Department of Pediatrics, Skåne University Hospital, Lund, Sweden.
Clin Exp Rheumatol. 2013 Jan-Feb;31(1):135-48. Epub 2012 Dec 13.
Early therapeutic intervention and use of new highly efficacious treatments have improved the outcome in many patients with juvenile idiopathic arthritis (JIA), but have also led to the need for more precise methods to evaluate disease activity. In adult rheumatology, numerous studies have established the importance of magnetic resonance imaging (MRI) and ultrasonography (US), and MRI is considered the reference standard. Nevertheless, due to differences in disease characteristics and the unique features of the growing skeleton, the findings obtained in adults are not directly applicable to children and adolescents. For paediatric patients, US offers specific advantages over MRI, because it is non-invasive, does not require sedation or general anesthesia (which facilitates repeated examinations for follow-up), is quickly accessible bedside, and is easy to combine with clinical assessment (interactivity). Agitation of the patient is rarely a problem, and hence young children can be seated on a parent's lap or play while being examined, and multiple locations can be assessed during a single session. Furthermore, modern high-frequency US transducers used by experienced US examiners can provide unsurpassed resolution of the superficial musculoskeletal structures in children. US is also the best available technique for imaging guidance of steroid injections. Unfortunately, there are still no validated MRI or US scoring systems for evaluating inflammatory and joint damage abnormalities in JIA, and few US studies have been conducted. Sonographic assessment of disease activity has, however, been proven to be more informative than clinical examination and is also readily available at points of care. This review summarises the literature on imaging in JIA, focusing on US and the important role this technique will play in JIA in the future.
早期的治疗干预和使用新的高效治疗方法改善了许多幼年特发性关节炎(JIA)患者的预后,但也需要更精确的方法来评估疾病活动度。在成人风湿病学中,许多研究已经确立了磁共振成像(MRI)和超声(US)的重要性,MRI 被认为是参考标准。然而,由于疾病特征和生长骨骼的独特性的差异,在成人中获得的结果不能直接应用于儿童和青少年。对于儿科患者,US 相对于 MRI 具有特定的优势,因为它是非侵入性的,不需要镇静或全身麻醉(这有利于后续的重复检查),可以快速在床边进行,并且易于与临床评估(互动性)相结合。

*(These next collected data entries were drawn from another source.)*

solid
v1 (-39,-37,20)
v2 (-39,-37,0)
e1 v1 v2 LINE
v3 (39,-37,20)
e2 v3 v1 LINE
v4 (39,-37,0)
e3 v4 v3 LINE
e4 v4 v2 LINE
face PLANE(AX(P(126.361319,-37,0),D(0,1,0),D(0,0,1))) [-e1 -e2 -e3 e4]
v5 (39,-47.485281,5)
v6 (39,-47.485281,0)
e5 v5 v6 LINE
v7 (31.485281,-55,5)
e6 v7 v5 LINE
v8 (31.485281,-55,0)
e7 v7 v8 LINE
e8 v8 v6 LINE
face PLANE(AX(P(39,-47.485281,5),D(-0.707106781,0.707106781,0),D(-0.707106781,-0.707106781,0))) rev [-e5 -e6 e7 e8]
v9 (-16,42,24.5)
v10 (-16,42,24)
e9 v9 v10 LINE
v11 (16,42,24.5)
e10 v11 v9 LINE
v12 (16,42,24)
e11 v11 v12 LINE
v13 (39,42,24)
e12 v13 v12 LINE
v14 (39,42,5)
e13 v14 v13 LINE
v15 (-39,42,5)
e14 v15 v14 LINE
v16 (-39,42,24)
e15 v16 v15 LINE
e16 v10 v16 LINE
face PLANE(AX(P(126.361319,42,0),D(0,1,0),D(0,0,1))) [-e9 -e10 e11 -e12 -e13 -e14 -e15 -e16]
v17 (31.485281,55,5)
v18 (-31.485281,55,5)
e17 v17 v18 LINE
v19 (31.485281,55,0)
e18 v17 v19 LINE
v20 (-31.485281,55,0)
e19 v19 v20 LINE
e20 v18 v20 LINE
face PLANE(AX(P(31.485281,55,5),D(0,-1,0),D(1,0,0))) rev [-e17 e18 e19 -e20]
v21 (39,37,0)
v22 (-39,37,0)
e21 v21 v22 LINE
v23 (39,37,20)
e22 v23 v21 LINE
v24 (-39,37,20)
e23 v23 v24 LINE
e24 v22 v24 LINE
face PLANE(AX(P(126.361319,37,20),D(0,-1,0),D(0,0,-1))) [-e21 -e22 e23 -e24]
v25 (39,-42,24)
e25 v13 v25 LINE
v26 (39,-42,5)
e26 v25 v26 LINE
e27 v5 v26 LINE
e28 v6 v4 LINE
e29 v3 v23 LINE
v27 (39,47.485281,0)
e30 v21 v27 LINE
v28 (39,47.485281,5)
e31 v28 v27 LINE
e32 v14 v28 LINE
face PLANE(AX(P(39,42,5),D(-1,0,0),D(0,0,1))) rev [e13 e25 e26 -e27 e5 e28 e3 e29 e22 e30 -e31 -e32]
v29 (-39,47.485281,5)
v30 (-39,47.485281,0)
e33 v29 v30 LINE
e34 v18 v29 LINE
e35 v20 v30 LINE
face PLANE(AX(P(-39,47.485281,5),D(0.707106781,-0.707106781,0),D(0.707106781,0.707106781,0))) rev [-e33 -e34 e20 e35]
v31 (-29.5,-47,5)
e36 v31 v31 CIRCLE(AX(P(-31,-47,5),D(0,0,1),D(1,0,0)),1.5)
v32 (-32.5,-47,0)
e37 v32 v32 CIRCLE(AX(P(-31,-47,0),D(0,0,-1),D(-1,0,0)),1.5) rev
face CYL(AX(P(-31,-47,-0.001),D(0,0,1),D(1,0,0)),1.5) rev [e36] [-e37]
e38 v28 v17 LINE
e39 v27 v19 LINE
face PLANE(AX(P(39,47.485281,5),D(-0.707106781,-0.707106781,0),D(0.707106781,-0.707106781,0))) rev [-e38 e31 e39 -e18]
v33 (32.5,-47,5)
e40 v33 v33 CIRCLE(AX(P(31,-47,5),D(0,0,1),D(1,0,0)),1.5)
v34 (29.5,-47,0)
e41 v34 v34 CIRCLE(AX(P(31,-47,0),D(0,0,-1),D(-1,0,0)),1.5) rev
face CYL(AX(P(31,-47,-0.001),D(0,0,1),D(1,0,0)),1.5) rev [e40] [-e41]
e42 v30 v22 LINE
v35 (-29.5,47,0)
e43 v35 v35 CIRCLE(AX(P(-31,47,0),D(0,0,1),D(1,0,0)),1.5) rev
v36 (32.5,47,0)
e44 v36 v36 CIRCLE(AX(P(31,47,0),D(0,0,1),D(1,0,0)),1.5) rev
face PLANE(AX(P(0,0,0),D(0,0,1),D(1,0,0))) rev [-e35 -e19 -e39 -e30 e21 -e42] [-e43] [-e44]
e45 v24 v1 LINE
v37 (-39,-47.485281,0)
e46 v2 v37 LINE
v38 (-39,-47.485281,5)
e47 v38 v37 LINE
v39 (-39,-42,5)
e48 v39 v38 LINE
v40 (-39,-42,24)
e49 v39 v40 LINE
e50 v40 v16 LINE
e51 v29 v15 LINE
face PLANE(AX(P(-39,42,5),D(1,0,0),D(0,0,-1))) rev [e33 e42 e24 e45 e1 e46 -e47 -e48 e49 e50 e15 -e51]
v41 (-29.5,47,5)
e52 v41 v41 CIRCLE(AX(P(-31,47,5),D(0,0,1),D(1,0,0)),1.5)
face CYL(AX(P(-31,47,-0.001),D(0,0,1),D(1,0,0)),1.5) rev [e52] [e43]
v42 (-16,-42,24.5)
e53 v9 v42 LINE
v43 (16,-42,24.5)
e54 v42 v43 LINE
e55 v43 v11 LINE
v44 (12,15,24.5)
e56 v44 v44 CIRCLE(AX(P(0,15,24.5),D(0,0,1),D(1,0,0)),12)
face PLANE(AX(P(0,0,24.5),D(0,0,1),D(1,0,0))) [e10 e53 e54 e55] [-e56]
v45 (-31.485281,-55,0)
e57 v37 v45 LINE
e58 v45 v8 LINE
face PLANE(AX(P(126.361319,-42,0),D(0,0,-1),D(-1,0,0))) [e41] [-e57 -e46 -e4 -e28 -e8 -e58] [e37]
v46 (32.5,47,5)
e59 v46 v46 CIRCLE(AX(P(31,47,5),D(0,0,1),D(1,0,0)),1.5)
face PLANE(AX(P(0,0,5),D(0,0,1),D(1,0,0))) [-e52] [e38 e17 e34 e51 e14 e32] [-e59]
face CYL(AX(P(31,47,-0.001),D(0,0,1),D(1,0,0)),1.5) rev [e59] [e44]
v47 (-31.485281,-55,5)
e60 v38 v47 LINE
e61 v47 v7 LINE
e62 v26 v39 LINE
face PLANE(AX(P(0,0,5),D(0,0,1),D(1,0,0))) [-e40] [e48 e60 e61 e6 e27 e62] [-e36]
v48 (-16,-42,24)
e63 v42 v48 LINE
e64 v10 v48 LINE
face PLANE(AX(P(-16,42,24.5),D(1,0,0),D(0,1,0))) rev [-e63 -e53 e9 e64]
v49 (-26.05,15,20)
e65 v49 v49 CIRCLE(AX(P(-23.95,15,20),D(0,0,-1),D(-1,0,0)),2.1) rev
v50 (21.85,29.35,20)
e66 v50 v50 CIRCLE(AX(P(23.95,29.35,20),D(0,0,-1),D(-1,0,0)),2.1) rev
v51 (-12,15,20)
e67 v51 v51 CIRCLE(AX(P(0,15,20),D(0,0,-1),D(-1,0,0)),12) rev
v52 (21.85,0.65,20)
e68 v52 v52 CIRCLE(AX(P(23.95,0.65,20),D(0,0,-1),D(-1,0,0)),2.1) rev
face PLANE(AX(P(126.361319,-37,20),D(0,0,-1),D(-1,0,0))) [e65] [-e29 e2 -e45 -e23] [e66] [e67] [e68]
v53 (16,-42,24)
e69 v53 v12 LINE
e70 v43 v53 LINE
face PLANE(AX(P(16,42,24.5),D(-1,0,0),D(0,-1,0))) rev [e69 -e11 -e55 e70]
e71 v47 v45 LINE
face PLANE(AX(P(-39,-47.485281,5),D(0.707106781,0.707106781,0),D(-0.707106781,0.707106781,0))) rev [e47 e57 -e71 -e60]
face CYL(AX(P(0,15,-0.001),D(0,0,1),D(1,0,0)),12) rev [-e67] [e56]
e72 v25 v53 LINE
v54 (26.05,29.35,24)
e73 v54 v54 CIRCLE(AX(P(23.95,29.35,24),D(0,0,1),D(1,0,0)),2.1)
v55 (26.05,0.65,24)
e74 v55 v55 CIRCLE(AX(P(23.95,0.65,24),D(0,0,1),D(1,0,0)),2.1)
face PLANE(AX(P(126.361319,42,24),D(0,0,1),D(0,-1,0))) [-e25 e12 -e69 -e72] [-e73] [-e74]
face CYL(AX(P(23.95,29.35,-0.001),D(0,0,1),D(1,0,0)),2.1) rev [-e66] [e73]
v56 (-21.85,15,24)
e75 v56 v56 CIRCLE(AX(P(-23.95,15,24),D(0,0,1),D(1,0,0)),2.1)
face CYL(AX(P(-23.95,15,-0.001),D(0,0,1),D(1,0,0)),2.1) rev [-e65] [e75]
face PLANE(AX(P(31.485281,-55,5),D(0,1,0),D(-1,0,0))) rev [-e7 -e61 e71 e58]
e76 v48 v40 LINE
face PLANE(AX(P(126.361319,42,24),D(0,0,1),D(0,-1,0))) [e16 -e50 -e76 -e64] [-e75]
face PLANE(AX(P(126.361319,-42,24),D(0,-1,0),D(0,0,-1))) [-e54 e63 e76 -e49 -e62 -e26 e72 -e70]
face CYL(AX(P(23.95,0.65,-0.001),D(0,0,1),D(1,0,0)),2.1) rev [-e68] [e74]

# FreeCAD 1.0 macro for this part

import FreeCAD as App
import Part
import Sketcher

doc = App.newDocument("Part")
body = doc.addObject("PartDesign::Body", "Body")

# Sketch on XY plane
sketch1 = body.newObject("Sketcher::SketchObject", "Sketch")
sketch1.AttachmentSupport = (doc.getObject("XY_Plane"), [""])
sketch1.MapMode = "FlatFace"
sketch1.addGeometry(Part.LineSegment(App.Vector(-39, 42, 0), App.Vector(39, 42, 0)), False)
sketch1.addGeometry(Part.LineSegment(App.Vector(39, 42, 0), App.Vector(39, 47.485281, 0)), False)
sketch1.addGeometry(Part.LineSegment(App.Vector(39, 47.485281, 0), App.Vector(31.485281, 55, 0)), False)
sketch1.addGeometry(Part.LineSegment(App.Vector(31.485281, 55, 0), App.Vector(-31.485281, 55, 0)), False)
sketch1.addGeometry(Part.LineSegment(App.Vector(-31.485281, 55, 0), App.Vector(-39, 47.485281, 0)), False)
sketch1.addGeometry(Part.LineSegment(App.Vector(-39, 47.485281, 0), App.Vector(-39, 42, 0)), False)
sketch1.addConstraint(Sketcher.Constraint("Coincident", 0, 2, 1, 1))
sketch1.addConstraint(Sketcher.Constraint("Coincident", 1, 2, 2, 1))
sketch1.addConstraint(Sketcher.Constraint("Coincident", 2, 2, 3, 1))
sketch1.addConstraint(Sketcher.Constraint("Coincident", 3, 2, 4, 1))
sketch1.addConstraint(Sketcher.Constraint("Coincident", 4, 2, 5, 1))
sketch1.addConstraint(Sketcher.Constraint("Coincident", 5, 2, 0, 1))
sketch1.addConstraint(Sketcher.Constraint("Horizontal", 0))
sketch1.addConstraint(Sketcher.Constraint("Vertical", 1))
sketch1.addConstraint(Sketcher.Constraint("Horizontal", 3))
sketch1.addConstraint(Sketcher.Constraint("Vertical", 5))
sketch1.addConstraint(Sketcher.Constraint("Symmetric", 1, 2, 4, 2, -2))
sketch1.addConstraint(Sketcher.Constraint("Perpendicular", 2, 4))
sketch1.addConstraint(Sketcher.Constraint("Equal", 2, 4))
sketch1.addConstraint(Sketcher.Constraint("DistanceX", 0, 1, 0, 2, 78.0))
sketch1.addConstraint(Sketcher.Constraint("DistanceY", -1, 1, 0, 2, 42.0))
sketch1.addConstraint(Sketcher.Constraint("DistanceY", -1, 1, 2, 2, 55.0))
sketch1.addConstraint(Sketcher.Constraint("DistanceY", 1, 1, 1, 2, 5.485281))
pad1 = body.newObject("PartDesign::Pad", "Pad")
pad1.Profile = sketch1
pad1.Length = 5
body2 = doc.addObject("PartDesign::Body", "Body001")

# Sketch on XY plane
sketch2 = body2.newObject("Sketcher::SketchObject", "Sketch001")
sketch2.AttachmentSupport = (doc.getObject("XY_Plane001"), [""])
sketch2.MapMode = "FlatFace"
sketch2.addGeometry(Part.LineSegment(App.Vector(-31.485281, -55, 0), App.Vector(31.485281, -55, 0)), False)
sketch2.addGeometry(Part.LineSegment(App.Vector(31.485281, -55, 0), App.Vector(39, -47.485281, 0)), False)
sketch2.addGeometry(Part.LineSegment(App.Vector(39, -47.485281, 0), App.Vector(39, -42, 0)), False)
sketch2.addGeometry(Part.LineSegment(App.Vector(39, -42, 0), App.Vector(-39, -42, 0)), False)
sketch2.addGeometry(Part.LineSegment(App.Vector(-39, -42, 0), App.Vector(-39, -47.485281, 0)), False)
sketch2.addGeometry(Part.LineSegment(App.Vector(-39, -47.485281, 0), App.Vector(-31.485281, -55, 0)), False)
sketch2.addConstraint(Sketcher.Constraint("Coincident", 0, 2, 1, 1))
sketch2.addConstraint(Sketcher.Constraint("Coincident", 1, 2, 2, 1))
sketch2.addConstraint(Sketcher.Constraint("Coincident", 2, 2, 3, 1))
sketch2.addConstraint(Sketcher.Constraint("Coincident", 3, 2, 4, 1))
sketch2.addConstraint(Sketcher.Constraint("Coincident", 4, 2, 5, 1))
sketch2.addConstraint(Sketcher.Constraint("Coincident", 5, 2, 0, 1))
sketch2.addConstraint(Sketcher.Constraint("Horizontal", 0))
sketch2.addConstraint(Sketcher.Constraint("Vertical", 2))
sketch2.addConstraint(Sketcher.Constraint("Horizontal", 3))
sketch2.addConstraint(Sketcher.Constraint("Vertical", 4))
sketch2.addConstraint(Sketcher.Constraint("Symmetric", 1, 2, 4, 2, -2))
sketch2.addConstraint(Sketcher.Constraint("Perpendicular", 1, 5))
sketch2.addConstraint(Sketcher.Constraint("Equal", 1, 5))
sketch2.addConstraint(Sketcher.Constraint("DistanceX", 3, 2, 3, 1, 78.0))
sketch2.addConstraint(Sketcher.Constraint("DistanceY", 0, 2, -1, 1, 55.0))
sketch2.addConstraint(Sketcher.Constraint("DistanceY", 2, 2, -1, 1, 42.0))
sketch2.addConstraint(Sketcher.Constraint("DistanceY", 2, 1, 2, 2, 5.485281))
pad2 = body2.newObject("PartDesign::Pad", "Pad001")
pad2.Profile = sketch2
pad2.Length = 5
body.AllowCompound = True
doc.recompute()

boolean = body.newObject("PartDesign::Boolean", "Boolean")
boolean.Type = "Fuse"
boolean.addObjects([body2])

# Sketch on YZ plane
sketch3 = body.newObject("Sketcher::SketchObject", "Sketch002")
sketch3.AttachmentSupport = (doc.getObject("YZ_Plane"), [""])
sketch3.MapMode = "FlatFace"
sketch3.AttachmentOffset = App.Placement(App.Vector(0, 0, -39), App.Rotation())
sketch3.addGeometry(Part.LineSegment(App.Vector(42, 24, 0), App.Vector(42, 0, 0)), False)
sketch3.addGeometry(Part.LineSegment(App.Vector(42, 0, 0), App.Vector(37, 0, 0)), False)
sketch3.addGeometry(Part.LineSegment(App.Vector(37, 0, 0), App.Vector(37, 20, 0)), False)
sketch3.addGeometry(Part.LineSegment(App.Vector(37, 20, 0), App.Vector(-37, 20, 0)), False)
sketch3.addGeometry(Part.LineSegment(App.Vector(-37, 20, 0), App.Vector(-37, 0, 0)), False)
sketch3.addGeometry(Part.LineSegment(App.Vector(-37, 0, 0), App.Vector(-42, 0, 0)), False)
sketch3.addGeometry(Part.LineSegment(App.Vector(-42, 0, 0), App.Vector(-42, 24, 0)), False)
sketch3.addGeometry(Part.LineSegment(App.Vector(-42, 24, 0), App.Vector(42, 24, 0)), False)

患者的激动通常不是问题,因此年幼的孩子可以坐在父母的腿上或玩耍时接受检查,并且可以在单次检查中评估多个部位。此外,经验丰富的 US 检查人员使用的现代高频 US 换能器可以提供儿童浅表肌肉骨骼结构的无与伦比的分辨率。US 也是用于注射类固醇的影像学引导的最佳技术。不幸的是,目前仍然没有经过验证的 MRI 或 US 评分系统可用于评估 JIA 中的炎症和关节损伤异常,并且很少有 US 研究。然而,疾病活动的超声评估已被证明比临床检查更具信息量,并且也可以在护理点随时获得。这篇综述总结了 JIA 影像学的文献,重点介绍了 US 以及该技术在未来 JIA 中所扮演的重要角色。